= Shishi (Japan) =

Japanese organization during the Edo period

Shishi (志士), sometimes known as Ishin Shishi (維新志士), were a group of Japanese political activists of the late Edo period. While it is usually applied to the anti-shogunate, pro-sonnō jōi (尊皇攘夷) samurai primarily from the southwestern clans of Satsuma, Chōshū, and Tosa, the term shishi is also used by some with reference to supporters of the shogunate, such as the Shinsengumi.

There were many different varieties of shishi. Some, such as the assassins Kawakami Gensai, Nakamura Hanjirō, Okada Izō, and Tanaka Shinbei, opted for a more violent approach in asserting their views. Kawakami Gensai, in particular, is recalled as the assassin of Sakuma Shōzan, a renowned pro-Western thinker of the time. Several assaults on westerners in Japan have been attributed to the shishi and associated rōnin warriors. In a 2013 article, these assassins have been called "early terrorists" (frühe Terroristen) since they opted to spread terror among the foreigners. Other more radical shishi, such as Miyabe Teizō, plotted large-scale attacks with little regard for public safety. Miyabe himself was one of the ringleaders of the plot, foiled by the Shinsengumi at the Ikedaya Incident, to burn Kyoto at the height of the Gion Festival.

As mentioned above, shishi were not necessarily in support of bringing down the shogunate. Shishi from Mito were responsible for the death of the shogunal grand councilor Ii Naosuke, who was a signatory to treaties that favored foreign nations, and who had placed an underaged boy on the shogunal throne. Other Mito men and women arose in the Tengutō Rebellion, over the next several years. While these were definitely actions against the shōgun's government, they did not oppose the shōgun himself—indeed, the Mito shishi, who were retainers of a relative of the shōgun, believed they were only helping him.

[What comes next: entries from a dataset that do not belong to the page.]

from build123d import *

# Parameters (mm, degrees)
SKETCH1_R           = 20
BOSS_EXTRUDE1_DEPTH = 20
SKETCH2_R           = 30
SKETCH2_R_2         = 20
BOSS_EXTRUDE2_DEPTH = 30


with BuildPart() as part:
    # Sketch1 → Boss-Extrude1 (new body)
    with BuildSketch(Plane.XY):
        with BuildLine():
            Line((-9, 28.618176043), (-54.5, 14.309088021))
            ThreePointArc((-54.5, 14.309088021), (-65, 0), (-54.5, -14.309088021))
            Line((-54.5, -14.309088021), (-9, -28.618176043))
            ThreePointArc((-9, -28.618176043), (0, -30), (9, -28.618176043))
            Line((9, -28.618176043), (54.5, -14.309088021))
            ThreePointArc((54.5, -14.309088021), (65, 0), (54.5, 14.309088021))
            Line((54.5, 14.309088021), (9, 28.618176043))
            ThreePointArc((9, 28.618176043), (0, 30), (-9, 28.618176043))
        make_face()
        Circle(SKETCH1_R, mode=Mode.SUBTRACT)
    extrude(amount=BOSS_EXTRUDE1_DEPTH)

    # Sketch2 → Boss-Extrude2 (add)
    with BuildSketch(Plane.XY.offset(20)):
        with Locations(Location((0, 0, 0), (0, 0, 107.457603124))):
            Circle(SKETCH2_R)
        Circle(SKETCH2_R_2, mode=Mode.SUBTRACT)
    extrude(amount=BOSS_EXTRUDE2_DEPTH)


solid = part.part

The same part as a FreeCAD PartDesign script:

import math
import FreeCAD as App
import Part
import Sketcher

doc = App.newDocument("Part")
body = doc.addObject("PartDesign::Body", "Body")

# Sketch on XY plane
sketch1 = body.newObject("Sketcher::SketchObject", "Sketch")
sketch1.AttachmentSupport = (doc.getObject("XY_Plane"), [""])
sketch1.MapMode = "FlatFace"
sketch1.addGeometry([
    Part.LineSegment(App.Vector(-9, 29, 0), App.Vector(-54, 14, 0)),  # 0
    Part.ArcOfCircle(Part.Circle(App.Vector(-50, 0, 0), App.Vector(0, 0, 1), 15), math.radians(107), math.radians(253)),  # 1
    Part.LineSegment(App.Vector(-54, -14, 0), App.Vector(-9, -29, 0)),  # 2
    Part.ArcOfCircle(Part.Circle(App.Vector(0, 0, 0), App.Vector(0, 0, 1), 30), math.radians(-107), math.radians(-73)),  # 3
    Part.LineSegment(App.Vector(9, -29, 0), App.Vector(54, -14, 0)),  # 4
    Part.ArcOfCircle(Part.Circle(App.Vector(50, 0, 0), App.Vector(0, 0, 1), 15), math.radians(-73), math.radians(73)),  # 5
    Part.LineSegment(App.Vector(54, 14, 0), App.Vector(9, 29, 0)),  # 6
    Part.ArcOfCircle(Part.Circle(App.Vector(0, 0, 0), App.Vector(0, 0, 1), 30), math.radians(73), math.radians(107)),  # 7
    Part.Circle(App.Vector(0, 0, 0), App.Vector(0, 0, 1), 20),  # 8
], False)
sketch1.addConstraint([
    Sketcher.Constraint("Tangent", 0, 2, 1, 1),
    Sketcher.Constraint("Tangent", 1, 2, 2, 1),
    Sketcher.Constraint("Tangent", 2, 2, 3, 1),
    Sketcher.Constraint("Tangent", 3, 2, 4, 1),
    Sketcher.Constraint("Tangent", 4, 2, 5, 1),
    Sketcher.Constraint("Tangent", 5, 2, 6, 1),
    Sketcher.Constraint("Tangent", 6, 2, 7, 1),
    Sketcher.Constraint("Tangent", 7, 2, 0, 1),
    Sketcher.Constraint("Coincident", 3, 3, -1, 1),
    Sketcher.Constraint("Coincident", 7, 3, -1, 1),
    Sketcher.Constraint("Coincident", 8, 3, -1, 1),
    Sketcher.Constraint("Equal", 1, 5),
    Sketcher.Constraint("Equal", 3, 7),
    Sketcher.Constraint("Symmetric", 1, 3, 5, 3, -1, 1),
    Sketcher.Constraint("PointOnObject", 1, 3, -1),
    Sketcher.Constraint("Diameter", 8, 40.0),
    Sketcher.Constraint("Radius", 1, 15.0),
    Sketcher.Constraint("Radius", 3, 30.0),
    Sketcher.Constraint("DistanceX", 1, 3, -1, 1, 50.0),
])
pad1 = body.newObject("PartDesign::Pad", "Pad")
pad1.Profile = sketch1
pad1.Length = 20

# Sketch on XY plane
sketch2 = body.newObject("Sketcher::SketchObject", "Sketch001")
sketch2.AttachmentSupport = (doc.getObject("XY_Plane"), [""])
sketch2.MapMode = "FlatFace"
sketch2.AttachmentOffset = App.Placement(App.Vector(0, 0, 20), App.Rotation())
sketch2.addGeometry([
    Part.Circle(App.Vector(0, 0, 0), App.Vector(0, 0, 1), 30),
    Part.Circle(App.Vector(0, 0, 0), App.Vector(0, 0, 1), 20),
], False)
sketch2.addConstraint([
    Sketcher.Constraint("Coincident", 0, 3, -1, 1),
    Sketcher.Constraint("Coincident", 1, 3, -1, 1),
    Sketcher.Constraint("Diameter", 0, 60.0),
    Sketcher.Constraint("Diameter", 1, 40.0),
])
pad2 = body.newObject("PartDesign::Pad", "Pad001")
pad2.Profile = sketch2
pad2.Length = 30

doc.recompute()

Other shishi had more scholastic leanings. A prime example of this was the scholar Yoshida Shōin of Chōshū. He founded the Shokason-juku school, and educated many of the future government leaders of Meiji era Japan. Yoshida had connections to many prominent figures of the Bakumatsu era: Kawai Tsugunosuke, Katsu Kaishū, the aforementioned Sakuma Shōzan, and others.

The more radical shishi from Chōshū and Satsuma went on to form the core leadership of the nascent Meiji Government. Some, such as Itō Hirobumi and Yamagata Aritomo, remained prominent figures in Japanese politics and society until the early decades of the 20th century.